Government Criticised For "Linking Benefits With Crime"
Leading disability charity Scope has warned of a "cruel" narrative around people with disabilities claiming benefits. (Alamy)
Leading disability charity Scope has expressed concern about a "cruel narrative" on disability benefit claimants, warning the government against "linking benefits with crime".
In May, work and pensions secretary Mel Stride shared a video of himself on Twitter of a raid to catch benefit "fraudsters" wearing a stab-proof vest with the letters "DWP" [Department for Work and Pensions] emblazoned on it.
"Gangs stealing from the taxpayer are also stealing from the most vulnerable and we have a very simple message - don't, because we will catch up with you," said Stride.
"I joined DWP investigators and West Yorkshire Police on a recent dawn raid on suspected fraudsters."
The department said the raid was concerning £1m of benefit fraud, pledging to crack down on "criminal gangs".
The government has since announced an additional £900m to target benefit fraud. "People need to know that we will catch up with them if they do these kinds of things," Stride told The Mail on Sunday. "And if you're thinking about defrauding the DWP, then don't, because we will find you and you will face justice."
But there is concern among disability campaigners that Stride's heavy focus on benefit fraud conflates a criminal minority with all benefit claimants, and could create unnecessary stigma against those who are entitled to the payments.
Alison Kerry, head of communications at disability equality charity Scope told PoliticsHome she felt that ministers attending raids and linking benefits with crime is worsening public attitudes towards disabled benefit claimants.
"Scope has found 3 in 4 disabled people have experienced negative public attitudes and it’s coverage like this that can fuel hatred and misunderstanding," Kerry said.
"We’ve recently seen an uptick in the linking of benefits with crime, including Ministers posing at ‘raids’ in uniform. What’s even more disheartening, is that we’ve been here before.
"After 2010, the public was softened up for stringent welfare cuts with numerous lurid benefit fraud cases on our screens.

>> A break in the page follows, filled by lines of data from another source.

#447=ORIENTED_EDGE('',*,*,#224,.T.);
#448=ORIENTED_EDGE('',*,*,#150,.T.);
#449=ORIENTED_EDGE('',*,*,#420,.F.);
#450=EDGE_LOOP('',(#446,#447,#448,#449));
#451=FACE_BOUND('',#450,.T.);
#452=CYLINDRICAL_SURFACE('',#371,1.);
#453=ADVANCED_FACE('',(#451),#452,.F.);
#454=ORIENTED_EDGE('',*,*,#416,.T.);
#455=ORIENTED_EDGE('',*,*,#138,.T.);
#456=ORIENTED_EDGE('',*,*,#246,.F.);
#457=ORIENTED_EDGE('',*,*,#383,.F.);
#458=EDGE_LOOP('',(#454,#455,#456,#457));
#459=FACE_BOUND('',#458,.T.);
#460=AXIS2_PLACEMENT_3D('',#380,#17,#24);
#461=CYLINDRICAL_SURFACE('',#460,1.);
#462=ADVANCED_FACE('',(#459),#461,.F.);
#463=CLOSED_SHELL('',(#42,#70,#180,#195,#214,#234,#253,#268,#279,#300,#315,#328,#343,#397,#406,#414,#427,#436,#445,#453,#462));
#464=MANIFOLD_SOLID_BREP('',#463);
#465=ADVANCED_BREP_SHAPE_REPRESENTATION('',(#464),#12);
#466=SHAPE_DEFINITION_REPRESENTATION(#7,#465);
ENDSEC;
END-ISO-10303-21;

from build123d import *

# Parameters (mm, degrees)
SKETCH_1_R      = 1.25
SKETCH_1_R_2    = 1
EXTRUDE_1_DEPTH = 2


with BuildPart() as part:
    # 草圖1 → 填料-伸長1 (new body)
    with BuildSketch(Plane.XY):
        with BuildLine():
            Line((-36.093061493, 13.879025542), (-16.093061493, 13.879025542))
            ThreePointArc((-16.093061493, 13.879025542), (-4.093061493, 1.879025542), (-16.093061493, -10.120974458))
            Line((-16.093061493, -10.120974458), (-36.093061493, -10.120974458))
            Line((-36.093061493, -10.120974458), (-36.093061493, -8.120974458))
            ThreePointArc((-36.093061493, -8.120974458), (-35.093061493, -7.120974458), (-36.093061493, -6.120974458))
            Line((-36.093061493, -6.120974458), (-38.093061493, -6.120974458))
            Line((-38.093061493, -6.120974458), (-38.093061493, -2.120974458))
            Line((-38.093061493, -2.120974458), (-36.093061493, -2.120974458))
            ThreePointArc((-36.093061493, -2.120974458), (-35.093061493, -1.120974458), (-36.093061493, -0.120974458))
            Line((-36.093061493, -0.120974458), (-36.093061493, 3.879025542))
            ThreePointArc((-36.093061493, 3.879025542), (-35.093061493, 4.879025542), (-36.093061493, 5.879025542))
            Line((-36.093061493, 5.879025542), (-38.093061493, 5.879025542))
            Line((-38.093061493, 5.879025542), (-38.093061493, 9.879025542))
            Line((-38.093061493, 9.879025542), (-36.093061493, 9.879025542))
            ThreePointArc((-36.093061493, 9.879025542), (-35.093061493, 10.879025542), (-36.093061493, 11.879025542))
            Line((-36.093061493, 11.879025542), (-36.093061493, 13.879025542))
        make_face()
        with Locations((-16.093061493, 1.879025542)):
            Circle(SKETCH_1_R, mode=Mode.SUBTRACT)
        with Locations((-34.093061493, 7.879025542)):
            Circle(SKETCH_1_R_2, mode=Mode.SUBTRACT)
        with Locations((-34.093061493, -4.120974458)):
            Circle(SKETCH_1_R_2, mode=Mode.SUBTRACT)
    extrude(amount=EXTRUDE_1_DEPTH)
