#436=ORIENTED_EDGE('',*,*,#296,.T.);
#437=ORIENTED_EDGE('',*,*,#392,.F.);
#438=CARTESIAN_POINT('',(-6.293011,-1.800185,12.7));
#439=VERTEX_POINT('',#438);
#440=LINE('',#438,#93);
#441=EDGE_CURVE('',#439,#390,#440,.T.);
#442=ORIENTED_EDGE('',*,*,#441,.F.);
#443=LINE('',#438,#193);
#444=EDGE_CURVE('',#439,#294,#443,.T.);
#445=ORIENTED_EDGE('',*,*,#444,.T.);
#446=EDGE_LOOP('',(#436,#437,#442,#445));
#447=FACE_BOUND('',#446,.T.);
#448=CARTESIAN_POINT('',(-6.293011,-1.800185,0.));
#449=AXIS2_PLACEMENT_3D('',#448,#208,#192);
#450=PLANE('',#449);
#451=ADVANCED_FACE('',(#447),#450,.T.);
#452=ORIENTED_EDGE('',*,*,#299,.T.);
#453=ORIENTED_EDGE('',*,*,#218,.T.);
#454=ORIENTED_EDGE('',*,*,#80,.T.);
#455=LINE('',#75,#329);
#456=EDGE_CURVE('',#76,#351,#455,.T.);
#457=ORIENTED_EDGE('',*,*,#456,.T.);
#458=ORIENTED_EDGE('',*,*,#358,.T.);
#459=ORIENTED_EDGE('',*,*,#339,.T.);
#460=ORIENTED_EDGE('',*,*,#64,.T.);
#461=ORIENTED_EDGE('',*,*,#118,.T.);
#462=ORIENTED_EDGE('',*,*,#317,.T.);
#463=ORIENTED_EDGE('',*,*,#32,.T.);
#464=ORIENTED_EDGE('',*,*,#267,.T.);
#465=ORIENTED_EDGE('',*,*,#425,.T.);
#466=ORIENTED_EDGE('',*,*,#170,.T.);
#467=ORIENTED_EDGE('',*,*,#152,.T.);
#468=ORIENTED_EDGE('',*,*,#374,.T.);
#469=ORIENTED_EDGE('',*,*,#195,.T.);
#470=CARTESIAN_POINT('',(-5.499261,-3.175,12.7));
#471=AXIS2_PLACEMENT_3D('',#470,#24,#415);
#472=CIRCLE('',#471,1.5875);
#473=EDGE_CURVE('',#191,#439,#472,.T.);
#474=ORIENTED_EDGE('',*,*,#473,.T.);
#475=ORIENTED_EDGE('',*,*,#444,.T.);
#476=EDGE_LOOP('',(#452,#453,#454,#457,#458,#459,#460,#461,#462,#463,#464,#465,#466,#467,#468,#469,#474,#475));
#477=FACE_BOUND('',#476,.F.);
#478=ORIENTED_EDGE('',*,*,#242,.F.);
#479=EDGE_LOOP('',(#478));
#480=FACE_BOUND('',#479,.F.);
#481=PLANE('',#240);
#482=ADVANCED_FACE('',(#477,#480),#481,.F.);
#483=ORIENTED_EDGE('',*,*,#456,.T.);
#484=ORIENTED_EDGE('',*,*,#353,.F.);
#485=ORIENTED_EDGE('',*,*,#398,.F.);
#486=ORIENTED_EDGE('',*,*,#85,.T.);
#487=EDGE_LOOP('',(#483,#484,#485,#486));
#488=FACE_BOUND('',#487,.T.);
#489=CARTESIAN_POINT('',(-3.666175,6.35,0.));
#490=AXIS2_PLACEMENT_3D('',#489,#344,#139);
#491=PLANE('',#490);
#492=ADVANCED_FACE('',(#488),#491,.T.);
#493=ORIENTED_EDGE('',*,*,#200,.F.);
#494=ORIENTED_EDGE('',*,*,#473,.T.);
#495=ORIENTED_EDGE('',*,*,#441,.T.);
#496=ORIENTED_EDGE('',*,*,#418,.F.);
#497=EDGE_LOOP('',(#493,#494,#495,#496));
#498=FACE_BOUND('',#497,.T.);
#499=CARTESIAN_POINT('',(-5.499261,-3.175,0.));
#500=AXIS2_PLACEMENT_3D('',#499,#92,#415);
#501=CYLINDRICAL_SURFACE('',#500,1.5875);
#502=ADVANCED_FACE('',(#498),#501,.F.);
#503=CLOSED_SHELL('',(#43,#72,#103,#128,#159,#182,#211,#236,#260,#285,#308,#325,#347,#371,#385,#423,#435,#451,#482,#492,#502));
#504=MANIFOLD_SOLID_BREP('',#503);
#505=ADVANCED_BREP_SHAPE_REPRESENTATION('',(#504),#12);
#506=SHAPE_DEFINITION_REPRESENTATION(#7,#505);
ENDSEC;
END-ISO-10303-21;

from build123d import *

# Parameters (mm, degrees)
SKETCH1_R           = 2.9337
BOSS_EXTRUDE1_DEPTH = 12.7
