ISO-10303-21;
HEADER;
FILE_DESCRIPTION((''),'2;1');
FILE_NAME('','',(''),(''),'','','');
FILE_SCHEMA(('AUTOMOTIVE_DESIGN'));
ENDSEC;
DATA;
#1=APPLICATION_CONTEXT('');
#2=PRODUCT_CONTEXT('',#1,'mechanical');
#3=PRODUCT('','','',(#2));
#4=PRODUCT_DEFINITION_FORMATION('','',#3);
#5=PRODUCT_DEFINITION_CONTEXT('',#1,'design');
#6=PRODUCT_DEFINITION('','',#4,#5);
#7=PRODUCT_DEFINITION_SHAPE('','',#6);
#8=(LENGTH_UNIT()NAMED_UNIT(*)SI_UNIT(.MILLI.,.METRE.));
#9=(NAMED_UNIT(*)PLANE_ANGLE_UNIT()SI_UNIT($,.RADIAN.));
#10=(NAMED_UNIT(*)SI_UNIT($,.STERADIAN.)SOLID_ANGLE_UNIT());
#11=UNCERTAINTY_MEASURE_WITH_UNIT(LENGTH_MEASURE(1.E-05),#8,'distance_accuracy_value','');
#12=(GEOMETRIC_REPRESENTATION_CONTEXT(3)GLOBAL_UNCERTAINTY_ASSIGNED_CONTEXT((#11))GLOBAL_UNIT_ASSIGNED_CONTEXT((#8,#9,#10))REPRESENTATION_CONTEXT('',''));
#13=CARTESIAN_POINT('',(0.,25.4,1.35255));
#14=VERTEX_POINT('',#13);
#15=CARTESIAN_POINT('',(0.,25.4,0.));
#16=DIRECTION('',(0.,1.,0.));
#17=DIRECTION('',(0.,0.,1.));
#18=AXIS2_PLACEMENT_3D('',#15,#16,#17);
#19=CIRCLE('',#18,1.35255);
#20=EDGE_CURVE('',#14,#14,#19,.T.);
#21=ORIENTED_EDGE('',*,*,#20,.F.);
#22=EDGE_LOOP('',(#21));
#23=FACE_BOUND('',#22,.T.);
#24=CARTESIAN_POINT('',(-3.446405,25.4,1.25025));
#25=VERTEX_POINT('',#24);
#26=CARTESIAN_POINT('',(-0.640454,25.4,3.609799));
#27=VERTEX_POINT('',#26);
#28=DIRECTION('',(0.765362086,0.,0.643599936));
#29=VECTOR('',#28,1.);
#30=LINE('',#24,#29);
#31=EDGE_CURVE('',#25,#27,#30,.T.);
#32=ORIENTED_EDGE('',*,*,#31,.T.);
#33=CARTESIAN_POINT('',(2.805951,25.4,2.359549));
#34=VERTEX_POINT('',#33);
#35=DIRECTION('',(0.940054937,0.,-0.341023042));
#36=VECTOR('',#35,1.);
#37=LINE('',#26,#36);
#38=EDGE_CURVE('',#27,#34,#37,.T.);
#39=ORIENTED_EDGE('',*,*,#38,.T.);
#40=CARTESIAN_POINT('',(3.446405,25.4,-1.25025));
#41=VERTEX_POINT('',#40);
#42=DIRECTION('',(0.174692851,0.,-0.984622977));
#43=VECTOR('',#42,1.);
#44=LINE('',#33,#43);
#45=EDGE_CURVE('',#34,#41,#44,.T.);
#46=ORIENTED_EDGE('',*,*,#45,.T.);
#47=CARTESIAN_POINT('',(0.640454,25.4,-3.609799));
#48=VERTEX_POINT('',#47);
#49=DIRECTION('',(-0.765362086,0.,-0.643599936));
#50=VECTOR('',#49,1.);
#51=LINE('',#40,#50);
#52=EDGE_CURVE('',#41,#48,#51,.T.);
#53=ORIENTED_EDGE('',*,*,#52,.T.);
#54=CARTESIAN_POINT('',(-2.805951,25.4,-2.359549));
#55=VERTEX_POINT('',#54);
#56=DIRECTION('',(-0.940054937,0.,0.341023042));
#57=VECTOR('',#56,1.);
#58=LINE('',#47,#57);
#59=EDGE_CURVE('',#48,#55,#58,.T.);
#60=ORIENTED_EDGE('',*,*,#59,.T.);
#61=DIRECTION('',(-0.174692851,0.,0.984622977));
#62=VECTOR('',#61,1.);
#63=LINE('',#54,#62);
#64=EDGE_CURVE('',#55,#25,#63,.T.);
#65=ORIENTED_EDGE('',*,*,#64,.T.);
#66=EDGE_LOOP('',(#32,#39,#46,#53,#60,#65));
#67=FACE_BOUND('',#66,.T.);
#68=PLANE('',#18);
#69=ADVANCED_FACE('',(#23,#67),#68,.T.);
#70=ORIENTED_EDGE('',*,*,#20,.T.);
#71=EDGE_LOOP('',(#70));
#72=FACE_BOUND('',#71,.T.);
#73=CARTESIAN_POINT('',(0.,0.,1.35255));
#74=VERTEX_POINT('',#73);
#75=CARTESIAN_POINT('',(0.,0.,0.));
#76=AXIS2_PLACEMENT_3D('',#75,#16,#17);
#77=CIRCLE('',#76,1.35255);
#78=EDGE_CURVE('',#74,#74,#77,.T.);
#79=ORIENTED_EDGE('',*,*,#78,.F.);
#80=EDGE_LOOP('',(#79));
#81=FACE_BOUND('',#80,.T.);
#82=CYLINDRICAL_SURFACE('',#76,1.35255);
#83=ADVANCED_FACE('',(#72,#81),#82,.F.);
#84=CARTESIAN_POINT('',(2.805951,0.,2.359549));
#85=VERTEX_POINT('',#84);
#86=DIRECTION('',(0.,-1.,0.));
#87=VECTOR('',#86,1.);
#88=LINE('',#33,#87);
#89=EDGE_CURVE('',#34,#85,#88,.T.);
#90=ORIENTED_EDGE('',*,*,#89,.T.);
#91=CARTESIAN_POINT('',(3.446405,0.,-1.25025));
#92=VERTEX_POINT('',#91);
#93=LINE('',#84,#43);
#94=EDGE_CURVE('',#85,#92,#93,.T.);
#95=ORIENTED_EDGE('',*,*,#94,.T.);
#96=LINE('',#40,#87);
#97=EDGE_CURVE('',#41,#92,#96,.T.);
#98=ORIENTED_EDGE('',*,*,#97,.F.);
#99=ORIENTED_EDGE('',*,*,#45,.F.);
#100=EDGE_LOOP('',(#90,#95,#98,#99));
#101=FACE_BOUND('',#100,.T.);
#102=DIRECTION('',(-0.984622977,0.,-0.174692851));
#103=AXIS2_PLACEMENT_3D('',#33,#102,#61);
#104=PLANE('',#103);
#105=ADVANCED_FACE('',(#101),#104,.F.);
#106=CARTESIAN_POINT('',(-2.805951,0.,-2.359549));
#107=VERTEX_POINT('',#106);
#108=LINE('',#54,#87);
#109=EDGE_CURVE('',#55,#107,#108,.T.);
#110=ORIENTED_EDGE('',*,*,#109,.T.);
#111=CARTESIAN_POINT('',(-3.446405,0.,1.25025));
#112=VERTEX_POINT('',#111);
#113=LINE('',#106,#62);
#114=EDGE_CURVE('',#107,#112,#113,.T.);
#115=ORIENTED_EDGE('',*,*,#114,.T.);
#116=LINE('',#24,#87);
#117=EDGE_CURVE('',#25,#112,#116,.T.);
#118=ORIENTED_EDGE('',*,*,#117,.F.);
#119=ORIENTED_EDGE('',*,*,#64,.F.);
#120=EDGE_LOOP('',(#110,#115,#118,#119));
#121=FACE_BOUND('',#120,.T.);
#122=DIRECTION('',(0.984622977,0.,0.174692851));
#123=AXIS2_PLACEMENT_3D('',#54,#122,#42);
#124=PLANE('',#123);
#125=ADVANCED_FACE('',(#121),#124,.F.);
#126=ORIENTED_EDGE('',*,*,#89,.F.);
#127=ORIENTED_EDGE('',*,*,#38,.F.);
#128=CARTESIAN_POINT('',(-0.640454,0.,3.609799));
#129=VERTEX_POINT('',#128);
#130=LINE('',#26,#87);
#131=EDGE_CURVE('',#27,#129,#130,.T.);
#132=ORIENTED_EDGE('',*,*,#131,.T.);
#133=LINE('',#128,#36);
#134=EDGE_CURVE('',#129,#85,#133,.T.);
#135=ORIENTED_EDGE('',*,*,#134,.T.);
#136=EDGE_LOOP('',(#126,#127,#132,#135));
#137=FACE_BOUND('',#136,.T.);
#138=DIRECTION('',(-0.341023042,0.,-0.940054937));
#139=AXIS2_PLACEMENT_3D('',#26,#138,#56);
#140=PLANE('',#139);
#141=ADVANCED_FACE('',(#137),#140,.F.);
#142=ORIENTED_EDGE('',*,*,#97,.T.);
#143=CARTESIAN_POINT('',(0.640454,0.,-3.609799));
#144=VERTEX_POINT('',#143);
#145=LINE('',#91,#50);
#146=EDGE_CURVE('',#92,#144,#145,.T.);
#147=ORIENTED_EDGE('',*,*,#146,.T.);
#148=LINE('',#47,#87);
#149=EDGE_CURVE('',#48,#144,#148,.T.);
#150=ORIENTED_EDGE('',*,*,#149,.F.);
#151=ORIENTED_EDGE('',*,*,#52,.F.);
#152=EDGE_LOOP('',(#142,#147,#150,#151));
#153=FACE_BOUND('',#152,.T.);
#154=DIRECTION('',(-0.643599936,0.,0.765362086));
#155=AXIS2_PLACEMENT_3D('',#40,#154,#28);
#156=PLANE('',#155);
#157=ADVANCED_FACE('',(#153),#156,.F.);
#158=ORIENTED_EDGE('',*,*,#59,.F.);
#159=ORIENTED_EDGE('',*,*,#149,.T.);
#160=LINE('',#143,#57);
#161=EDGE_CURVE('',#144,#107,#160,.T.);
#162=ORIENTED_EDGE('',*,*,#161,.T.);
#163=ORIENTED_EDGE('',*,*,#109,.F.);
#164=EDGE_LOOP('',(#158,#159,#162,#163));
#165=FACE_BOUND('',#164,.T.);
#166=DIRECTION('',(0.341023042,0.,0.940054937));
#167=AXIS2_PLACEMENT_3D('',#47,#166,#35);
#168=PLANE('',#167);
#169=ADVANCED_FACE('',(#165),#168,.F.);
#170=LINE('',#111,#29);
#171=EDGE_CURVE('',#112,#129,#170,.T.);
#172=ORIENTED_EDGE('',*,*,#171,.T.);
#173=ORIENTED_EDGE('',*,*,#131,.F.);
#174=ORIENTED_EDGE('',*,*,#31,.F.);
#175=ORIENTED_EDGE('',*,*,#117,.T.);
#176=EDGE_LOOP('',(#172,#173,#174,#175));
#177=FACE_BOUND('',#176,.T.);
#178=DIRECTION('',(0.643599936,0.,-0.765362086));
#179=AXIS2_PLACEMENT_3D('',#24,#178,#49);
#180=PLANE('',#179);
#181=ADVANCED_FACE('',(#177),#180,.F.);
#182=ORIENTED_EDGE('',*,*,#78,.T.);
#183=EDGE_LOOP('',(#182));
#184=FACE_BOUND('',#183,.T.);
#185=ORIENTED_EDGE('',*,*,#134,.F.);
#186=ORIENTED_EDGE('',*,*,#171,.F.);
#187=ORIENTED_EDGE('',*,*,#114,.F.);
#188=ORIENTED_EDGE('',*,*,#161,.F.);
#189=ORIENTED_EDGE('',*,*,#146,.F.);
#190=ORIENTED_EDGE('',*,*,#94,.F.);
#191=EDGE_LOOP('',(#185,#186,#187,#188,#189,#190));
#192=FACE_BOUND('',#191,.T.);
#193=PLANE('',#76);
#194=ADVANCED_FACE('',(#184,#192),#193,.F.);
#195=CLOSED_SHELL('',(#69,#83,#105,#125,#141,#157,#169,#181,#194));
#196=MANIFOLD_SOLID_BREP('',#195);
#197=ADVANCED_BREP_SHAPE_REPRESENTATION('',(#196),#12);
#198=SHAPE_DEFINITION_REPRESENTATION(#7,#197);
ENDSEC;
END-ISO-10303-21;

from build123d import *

# Parameters (mm, degrees)
BOSS_EXTRUDE1_DEPTH = 25.4
SKETCH2_R           = 1.35255
CUT_EXTRUDE1_DEPTH  = 26.4


with BuildPart() as part:
    # Sketch1 → Boss-Extrude1 (new body)
    with BuildSketch(Plane(origin=(0, 0, 0), x_dir=(1, 0, 0), z_dir=(0, 1, 0))):
        Polygon((-2.80595074, 2.359549486), (-3.446405166, -1.25024988), (-0.640454426, -3.609799366), (2.80595074, -2.359549486), (3.446405166, 1.25024988), (0.640454426, 3.609799366), align=None)
    extrude(amount=BOSS_EXTRUDE1_DEPTH)

    # Sketch2 → Cut-Extrude1 (cut, through all)
    with BuildSketch(Plane(origin=(0, 25.4, 0), x_dir=(1, 0, 0), z_dir=(0, 1, 0))):
        Circle(SKETCH2_R)
    extrude(amount=-CUT_EXTRUDE1_DEPTH, mode=Mode.SUBTRACT)


solid = part.part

"The fear is that we’re starting to see the same pattern return. One in four of us is disabled, and it’s time that we fully fund and recognise the benefits our welfare system brings to society."
Kerry added that benefits serve a "vital function in society" for those who need them.
"Like the NHS they are a vital service that any of us might need to call on at any time in life," she continued.
"Painting disabled people claiming benefits as lazy or a burden on the taxpayer is dangerous and destructive."
In 2020/21, the DWP lost £8.4bn to fraud and error. In the same period, HM Revenue and Customs (HMRC) saw a £32bn deficit in tax owed and tax paid.
Labour MP Stephen Timms, Chair of the crossparty work and pensions committee, told PoliticsHome he believed the government had an issue with getting "the tone" right while discussing disability benefits.
"They introduced a new strategy for disabled people a couple of years ago, it was found in the courts to be illegal, because they failed to consult with disabled people properly," he explained.
"I think that is a reflection of exactly this problem that the government find it very, very difficult to communicate properly with people who are out of work because of disability."
He also highlighted that the work and pensions committee is currently in the process of exploring whether social security benefits are high enough.
"We are carrying out an inquiry on the level of benefit, and we will be looking at the level of which disability benefits have been set," said Timms.
A DWP spokesperson said: “Our welfare system provides a strong safety net for millions of disabled people – making sure they get the benefits they are entitled to while helping thousands into work.
“But it is vital that we deter fraudsters who last year stole £8.6 billion from the welfare system and the people who needed it most.”